■ Exercise instructions:
Extract from the entries below, exactly as given, only the lines from the line containing "#94=VERTEX_POINT('',#93);" to the line containing "#146=ADVANCED_FACE('',(#143),#145,.F.);", both lines included.

Saved data entries

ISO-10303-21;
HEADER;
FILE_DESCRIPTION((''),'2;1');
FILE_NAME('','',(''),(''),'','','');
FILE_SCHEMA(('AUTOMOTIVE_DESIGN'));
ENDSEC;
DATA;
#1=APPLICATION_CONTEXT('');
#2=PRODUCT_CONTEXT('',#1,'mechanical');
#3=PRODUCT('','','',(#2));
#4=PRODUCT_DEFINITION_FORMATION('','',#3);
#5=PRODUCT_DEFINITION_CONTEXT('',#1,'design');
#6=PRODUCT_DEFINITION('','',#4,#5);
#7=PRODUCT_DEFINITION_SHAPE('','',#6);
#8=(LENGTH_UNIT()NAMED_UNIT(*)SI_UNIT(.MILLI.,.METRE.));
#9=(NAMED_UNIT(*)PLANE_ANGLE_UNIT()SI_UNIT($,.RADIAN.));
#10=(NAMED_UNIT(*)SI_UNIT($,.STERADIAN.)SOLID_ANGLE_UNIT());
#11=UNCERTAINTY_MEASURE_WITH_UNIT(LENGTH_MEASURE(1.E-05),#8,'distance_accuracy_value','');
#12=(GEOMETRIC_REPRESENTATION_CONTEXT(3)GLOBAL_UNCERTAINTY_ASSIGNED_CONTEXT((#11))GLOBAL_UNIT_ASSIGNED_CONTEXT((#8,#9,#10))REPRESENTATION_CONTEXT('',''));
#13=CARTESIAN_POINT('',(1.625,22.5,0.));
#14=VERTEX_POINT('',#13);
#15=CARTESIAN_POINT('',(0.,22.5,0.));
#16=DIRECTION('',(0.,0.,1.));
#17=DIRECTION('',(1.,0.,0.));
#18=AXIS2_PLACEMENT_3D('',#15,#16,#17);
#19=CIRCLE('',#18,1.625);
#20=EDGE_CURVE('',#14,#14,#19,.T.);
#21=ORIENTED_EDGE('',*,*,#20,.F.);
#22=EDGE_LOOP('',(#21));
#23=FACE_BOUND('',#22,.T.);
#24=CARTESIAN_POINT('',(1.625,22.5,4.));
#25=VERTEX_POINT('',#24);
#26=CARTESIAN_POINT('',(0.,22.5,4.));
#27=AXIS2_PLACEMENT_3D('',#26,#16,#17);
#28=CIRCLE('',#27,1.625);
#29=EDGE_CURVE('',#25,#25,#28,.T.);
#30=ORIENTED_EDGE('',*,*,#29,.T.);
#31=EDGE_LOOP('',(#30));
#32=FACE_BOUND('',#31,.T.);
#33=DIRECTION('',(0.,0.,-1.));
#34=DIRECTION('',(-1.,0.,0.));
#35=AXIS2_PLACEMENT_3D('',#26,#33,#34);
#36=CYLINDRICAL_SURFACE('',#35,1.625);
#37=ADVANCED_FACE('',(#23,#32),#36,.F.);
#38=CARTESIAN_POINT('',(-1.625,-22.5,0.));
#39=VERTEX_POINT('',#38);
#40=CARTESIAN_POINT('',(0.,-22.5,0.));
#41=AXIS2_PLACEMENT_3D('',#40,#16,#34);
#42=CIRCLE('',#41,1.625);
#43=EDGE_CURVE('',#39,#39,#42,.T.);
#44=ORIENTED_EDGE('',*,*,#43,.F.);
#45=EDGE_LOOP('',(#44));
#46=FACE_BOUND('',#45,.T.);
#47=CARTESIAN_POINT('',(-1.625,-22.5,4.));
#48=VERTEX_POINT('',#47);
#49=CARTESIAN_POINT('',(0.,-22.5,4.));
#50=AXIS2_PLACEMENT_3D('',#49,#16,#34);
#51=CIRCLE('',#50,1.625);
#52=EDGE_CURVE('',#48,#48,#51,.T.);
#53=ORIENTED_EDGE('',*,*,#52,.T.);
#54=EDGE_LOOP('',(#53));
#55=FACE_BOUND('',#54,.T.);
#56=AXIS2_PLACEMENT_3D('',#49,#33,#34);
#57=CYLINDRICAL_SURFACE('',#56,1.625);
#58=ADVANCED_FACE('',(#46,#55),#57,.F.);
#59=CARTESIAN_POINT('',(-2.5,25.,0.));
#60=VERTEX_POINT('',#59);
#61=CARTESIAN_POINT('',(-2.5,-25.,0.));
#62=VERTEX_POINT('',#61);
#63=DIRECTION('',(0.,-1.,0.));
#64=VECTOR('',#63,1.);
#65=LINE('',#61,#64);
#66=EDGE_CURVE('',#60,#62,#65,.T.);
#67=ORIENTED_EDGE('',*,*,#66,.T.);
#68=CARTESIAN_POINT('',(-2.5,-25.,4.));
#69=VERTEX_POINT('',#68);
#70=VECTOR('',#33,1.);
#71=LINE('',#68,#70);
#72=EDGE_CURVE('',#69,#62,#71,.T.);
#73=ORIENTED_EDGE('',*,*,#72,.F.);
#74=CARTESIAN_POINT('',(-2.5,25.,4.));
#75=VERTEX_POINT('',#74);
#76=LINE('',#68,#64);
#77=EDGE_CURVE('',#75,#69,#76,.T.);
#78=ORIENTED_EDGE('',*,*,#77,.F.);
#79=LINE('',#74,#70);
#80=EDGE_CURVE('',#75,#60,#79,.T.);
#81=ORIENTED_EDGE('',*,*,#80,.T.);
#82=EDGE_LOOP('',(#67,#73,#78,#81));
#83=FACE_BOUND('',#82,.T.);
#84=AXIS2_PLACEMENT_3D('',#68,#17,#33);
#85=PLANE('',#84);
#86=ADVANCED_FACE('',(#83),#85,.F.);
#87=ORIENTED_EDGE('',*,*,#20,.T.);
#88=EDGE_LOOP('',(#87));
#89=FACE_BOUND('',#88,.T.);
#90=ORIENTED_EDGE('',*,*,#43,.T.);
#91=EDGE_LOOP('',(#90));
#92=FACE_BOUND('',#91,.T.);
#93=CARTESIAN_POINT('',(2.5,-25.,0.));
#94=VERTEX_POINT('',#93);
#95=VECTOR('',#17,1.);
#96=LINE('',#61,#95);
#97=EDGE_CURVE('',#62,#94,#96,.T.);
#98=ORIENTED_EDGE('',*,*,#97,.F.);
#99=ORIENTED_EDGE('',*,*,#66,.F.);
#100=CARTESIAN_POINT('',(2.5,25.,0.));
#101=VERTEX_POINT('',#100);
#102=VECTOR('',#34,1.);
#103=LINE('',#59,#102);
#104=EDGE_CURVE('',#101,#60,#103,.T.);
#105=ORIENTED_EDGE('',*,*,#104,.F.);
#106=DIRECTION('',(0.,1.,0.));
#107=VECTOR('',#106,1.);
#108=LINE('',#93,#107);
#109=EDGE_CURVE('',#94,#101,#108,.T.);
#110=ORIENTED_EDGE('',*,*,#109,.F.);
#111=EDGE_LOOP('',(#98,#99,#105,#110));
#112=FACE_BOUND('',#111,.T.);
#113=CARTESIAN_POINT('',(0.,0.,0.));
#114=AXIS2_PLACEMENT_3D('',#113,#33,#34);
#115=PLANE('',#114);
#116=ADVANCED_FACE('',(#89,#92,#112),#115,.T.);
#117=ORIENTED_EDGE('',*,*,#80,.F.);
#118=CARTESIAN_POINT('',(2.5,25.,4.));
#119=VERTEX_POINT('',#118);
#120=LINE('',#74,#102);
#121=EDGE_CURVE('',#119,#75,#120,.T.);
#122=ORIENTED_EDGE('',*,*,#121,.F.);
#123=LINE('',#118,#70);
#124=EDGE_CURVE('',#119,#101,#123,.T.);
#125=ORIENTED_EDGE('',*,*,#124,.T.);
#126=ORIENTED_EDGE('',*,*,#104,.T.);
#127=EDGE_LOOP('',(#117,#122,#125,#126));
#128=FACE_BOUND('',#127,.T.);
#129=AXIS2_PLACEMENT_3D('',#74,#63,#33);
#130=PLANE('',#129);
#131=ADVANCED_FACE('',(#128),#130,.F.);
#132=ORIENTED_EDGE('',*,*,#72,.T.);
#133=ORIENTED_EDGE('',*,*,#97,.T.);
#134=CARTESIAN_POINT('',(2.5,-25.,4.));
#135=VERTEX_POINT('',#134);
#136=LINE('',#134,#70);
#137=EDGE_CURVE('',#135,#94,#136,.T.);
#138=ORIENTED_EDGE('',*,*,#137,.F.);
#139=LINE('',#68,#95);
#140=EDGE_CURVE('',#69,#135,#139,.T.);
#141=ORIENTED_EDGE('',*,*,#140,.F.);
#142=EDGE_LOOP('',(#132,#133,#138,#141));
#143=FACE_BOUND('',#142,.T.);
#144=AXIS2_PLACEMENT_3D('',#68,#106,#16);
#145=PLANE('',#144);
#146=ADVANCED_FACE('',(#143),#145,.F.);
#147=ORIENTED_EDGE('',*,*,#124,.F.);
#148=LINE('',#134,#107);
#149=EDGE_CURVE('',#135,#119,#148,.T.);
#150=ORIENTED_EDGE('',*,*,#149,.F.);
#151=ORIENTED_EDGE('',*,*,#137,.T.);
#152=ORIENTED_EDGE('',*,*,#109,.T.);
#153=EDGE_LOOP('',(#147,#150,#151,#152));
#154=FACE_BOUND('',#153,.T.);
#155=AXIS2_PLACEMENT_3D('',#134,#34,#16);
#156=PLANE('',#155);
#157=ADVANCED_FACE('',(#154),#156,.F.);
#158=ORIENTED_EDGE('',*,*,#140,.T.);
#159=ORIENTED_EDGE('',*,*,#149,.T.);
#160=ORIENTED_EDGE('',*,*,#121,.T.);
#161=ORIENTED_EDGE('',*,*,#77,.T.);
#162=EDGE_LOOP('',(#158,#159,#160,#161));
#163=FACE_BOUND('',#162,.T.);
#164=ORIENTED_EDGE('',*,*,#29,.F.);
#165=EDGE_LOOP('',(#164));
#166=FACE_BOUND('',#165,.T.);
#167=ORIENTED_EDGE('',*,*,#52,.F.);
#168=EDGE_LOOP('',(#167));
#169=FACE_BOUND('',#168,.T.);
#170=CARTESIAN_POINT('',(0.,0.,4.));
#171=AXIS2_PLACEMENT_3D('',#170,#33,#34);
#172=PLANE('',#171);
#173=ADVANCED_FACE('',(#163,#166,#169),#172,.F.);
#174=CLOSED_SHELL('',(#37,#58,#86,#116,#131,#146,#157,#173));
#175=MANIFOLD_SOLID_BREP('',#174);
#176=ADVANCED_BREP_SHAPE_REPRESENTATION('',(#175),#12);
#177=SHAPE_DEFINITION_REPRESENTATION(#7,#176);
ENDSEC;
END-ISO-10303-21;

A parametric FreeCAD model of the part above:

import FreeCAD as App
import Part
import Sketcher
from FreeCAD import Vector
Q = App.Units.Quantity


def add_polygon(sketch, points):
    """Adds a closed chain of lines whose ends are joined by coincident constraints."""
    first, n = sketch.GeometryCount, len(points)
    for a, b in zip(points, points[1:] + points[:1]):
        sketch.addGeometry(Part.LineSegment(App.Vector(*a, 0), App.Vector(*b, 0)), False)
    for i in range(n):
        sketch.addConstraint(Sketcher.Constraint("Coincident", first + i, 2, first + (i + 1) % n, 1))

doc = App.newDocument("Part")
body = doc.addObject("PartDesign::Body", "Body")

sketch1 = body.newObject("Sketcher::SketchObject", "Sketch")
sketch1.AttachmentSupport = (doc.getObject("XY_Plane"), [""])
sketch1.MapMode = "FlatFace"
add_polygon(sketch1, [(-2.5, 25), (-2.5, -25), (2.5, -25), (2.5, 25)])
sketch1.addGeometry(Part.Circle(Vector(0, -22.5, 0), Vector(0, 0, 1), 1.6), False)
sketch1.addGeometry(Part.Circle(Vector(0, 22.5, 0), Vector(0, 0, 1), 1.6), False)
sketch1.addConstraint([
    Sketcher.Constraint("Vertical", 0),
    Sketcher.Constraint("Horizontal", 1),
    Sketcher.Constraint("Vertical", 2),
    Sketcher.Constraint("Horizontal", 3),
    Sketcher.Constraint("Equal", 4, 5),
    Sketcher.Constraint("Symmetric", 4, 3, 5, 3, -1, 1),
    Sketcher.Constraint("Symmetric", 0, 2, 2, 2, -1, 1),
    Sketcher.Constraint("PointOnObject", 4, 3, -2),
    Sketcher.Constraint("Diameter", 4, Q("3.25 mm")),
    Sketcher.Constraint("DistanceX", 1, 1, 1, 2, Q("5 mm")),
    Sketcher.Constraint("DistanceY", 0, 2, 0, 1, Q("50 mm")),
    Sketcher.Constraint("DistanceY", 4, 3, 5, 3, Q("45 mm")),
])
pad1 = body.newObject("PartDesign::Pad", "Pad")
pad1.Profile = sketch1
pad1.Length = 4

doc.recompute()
--
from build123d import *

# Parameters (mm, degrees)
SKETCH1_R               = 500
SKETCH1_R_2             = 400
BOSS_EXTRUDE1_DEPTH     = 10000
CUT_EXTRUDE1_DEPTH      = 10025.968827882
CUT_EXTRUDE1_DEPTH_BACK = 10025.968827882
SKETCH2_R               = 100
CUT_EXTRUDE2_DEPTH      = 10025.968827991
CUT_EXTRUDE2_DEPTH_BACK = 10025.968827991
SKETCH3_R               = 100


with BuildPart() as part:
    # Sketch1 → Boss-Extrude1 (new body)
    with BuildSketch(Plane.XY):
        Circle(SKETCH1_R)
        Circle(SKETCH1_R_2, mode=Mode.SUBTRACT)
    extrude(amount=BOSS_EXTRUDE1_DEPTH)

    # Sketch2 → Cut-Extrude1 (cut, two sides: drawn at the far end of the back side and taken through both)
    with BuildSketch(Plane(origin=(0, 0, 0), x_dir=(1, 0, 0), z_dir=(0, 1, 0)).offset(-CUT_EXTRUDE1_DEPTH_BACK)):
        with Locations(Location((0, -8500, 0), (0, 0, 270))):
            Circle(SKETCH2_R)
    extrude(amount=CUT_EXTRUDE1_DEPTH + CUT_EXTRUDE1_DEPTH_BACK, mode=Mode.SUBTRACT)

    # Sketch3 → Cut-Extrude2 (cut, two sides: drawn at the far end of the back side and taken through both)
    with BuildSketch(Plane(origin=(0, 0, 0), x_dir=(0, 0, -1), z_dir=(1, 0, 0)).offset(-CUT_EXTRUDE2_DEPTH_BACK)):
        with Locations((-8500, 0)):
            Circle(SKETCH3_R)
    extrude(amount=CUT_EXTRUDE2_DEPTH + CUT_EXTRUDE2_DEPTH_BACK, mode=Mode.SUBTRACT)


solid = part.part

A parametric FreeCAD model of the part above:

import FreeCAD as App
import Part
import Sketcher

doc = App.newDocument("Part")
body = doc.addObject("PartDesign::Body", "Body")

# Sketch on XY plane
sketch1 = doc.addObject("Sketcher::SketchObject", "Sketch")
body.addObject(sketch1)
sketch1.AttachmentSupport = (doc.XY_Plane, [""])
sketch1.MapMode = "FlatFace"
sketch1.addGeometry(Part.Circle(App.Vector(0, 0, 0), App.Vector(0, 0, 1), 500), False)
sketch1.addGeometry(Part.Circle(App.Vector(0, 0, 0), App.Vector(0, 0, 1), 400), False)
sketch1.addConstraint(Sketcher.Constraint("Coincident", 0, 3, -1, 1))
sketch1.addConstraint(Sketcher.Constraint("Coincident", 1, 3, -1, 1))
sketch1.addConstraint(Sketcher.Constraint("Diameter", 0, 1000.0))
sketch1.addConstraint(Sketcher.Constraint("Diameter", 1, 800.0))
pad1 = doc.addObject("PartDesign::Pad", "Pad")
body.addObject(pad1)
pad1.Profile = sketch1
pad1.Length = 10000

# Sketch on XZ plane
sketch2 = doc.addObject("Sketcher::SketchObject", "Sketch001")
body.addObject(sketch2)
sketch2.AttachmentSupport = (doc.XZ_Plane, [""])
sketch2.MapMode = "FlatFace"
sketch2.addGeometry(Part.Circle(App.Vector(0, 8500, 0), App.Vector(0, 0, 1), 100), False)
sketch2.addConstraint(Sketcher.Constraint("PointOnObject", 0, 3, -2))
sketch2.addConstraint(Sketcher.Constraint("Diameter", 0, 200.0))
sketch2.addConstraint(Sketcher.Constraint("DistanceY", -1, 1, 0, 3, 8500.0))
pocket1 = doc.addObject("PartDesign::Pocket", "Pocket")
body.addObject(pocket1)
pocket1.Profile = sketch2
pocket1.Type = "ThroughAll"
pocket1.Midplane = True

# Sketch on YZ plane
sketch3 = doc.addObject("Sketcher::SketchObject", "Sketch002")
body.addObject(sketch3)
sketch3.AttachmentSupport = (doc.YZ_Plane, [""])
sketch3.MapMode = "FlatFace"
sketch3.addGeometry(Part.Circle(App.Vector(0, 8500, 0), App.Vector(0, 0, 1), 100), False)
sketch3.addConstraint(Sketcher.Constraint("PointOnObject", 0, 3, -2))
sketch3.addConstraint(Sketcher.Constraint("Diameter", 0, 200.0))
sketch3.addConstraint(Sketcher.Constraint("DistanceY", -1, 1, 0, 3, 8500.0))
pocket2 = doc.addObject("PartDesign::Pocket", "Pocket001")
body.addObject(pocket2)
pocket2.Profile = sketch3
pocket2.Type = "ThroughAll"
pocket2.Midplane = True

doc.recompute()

■ Answer for the task:
#94=VERTEX_POINT('',#93);
#95=VECTOR('',#17,1.);
#96=LINE('',#61,#95);
#97=EDGE_CURVE('',#62,#94,#96,.T.);
#98=ORIENTED_EDGE('',*,*,#97,.F.);
#99=ORIENTED_EDGE('',*,*,#66,.F.);
#100=CARTESIAN_POINT('',(2.5,25.,0.));
#101=VERTEX_POINT('',#100);
#102=VECTOR('',#34,1.);
#103=LINE('',#59,#102);
#104=EDGE_CURVE('',#101,#60,#103,.T.);
#105=ORIENTED_EDGE('',*,*,#104,.F.);
#106=DIRECTION('',(0.,1.,0.));
#107=VECTOR('',#106,1.);
#108=LINE('',#93,#107);
#109=EDGE_CURVE('',#94,#101,#108,.T.);
#110=ORIENTED_EDGE('',*,*,#109,.F.);
#111=EDGE_LOOP('',(#98,#99,#105,#110));
#112=FACE_BOUND('',#111,.T.);
#113=CARTESIAN_POINT('',(0.,0.,0.));
#114=AXIS2_PLACEMENT_3D('',#113,#33,#34);
#115=PLANE('',#114);
#116=ADVANCED_FACE('',(#89,#92,#112),#115,.T.);
#117=ORIENTED_EDGE('',*,*,#80,.F.);
#118=CARTESIAN_POINT('',(2.5,25.,4.));
#119=VERTEX_POINT('',#118);
#120=LINE('',#74,#102);
#121=EDGE_CURVE('',#119,#75,#120,.T.);
#122=ORIENTED_EDGE('',*,*,#121,.F.);
#123=LINE('',#118,#70);
#124=EDGE_CURVE('',#119,#101,#123,.T.);
#125=ORIENTED_EDGE('',*,*,#124,.T.);
#126=ORIENTED_EDGE('',*,*,#104,.T.);
#127=EDGE_LOOP('',(#117,#122,#125,#126));
#128=FACE_BOUND('',#127,.T.);
#129=AXIS2_PLACEMENT_3D('',#74,#63,#33);
#130=PLANE('',#129);
#131=ADVANCED_FACE('',(#128),#130,.F.);
#132=ORIENTED_EDGE('',*,*,#72,.T.);
#133=ORIENTED_EDGE('',*,*,#97,.T.);
#134=CARTESIAN_POINT('',(2.5,-25.,4.));
#135=VERTEX_POINT('',#134);
#136=LINE('',#134,#70);
#137=EDGE_CURVE('',#135,#94,#136,.T.);
#138=ORIENTED_EDGE('',*,*,#137,.F.);
#139=LINE('',#68,#95);
#140=EDGE_CURVE('',#69,#135,#139,.T.);
#141=ORIENTED_EDGE('',*,*,#140,.F.);
#142=EDGE_LOOP('',(#132,#133,#138,#141));
#143=FACE_BOUND('',#142,.T.);
#144=AXIS2_PLACEMENT_3D('',#68,#106,#16);
#145=PLANE('',#144);
#146=ADVANCED_FACE('',(#143),#145,.F.);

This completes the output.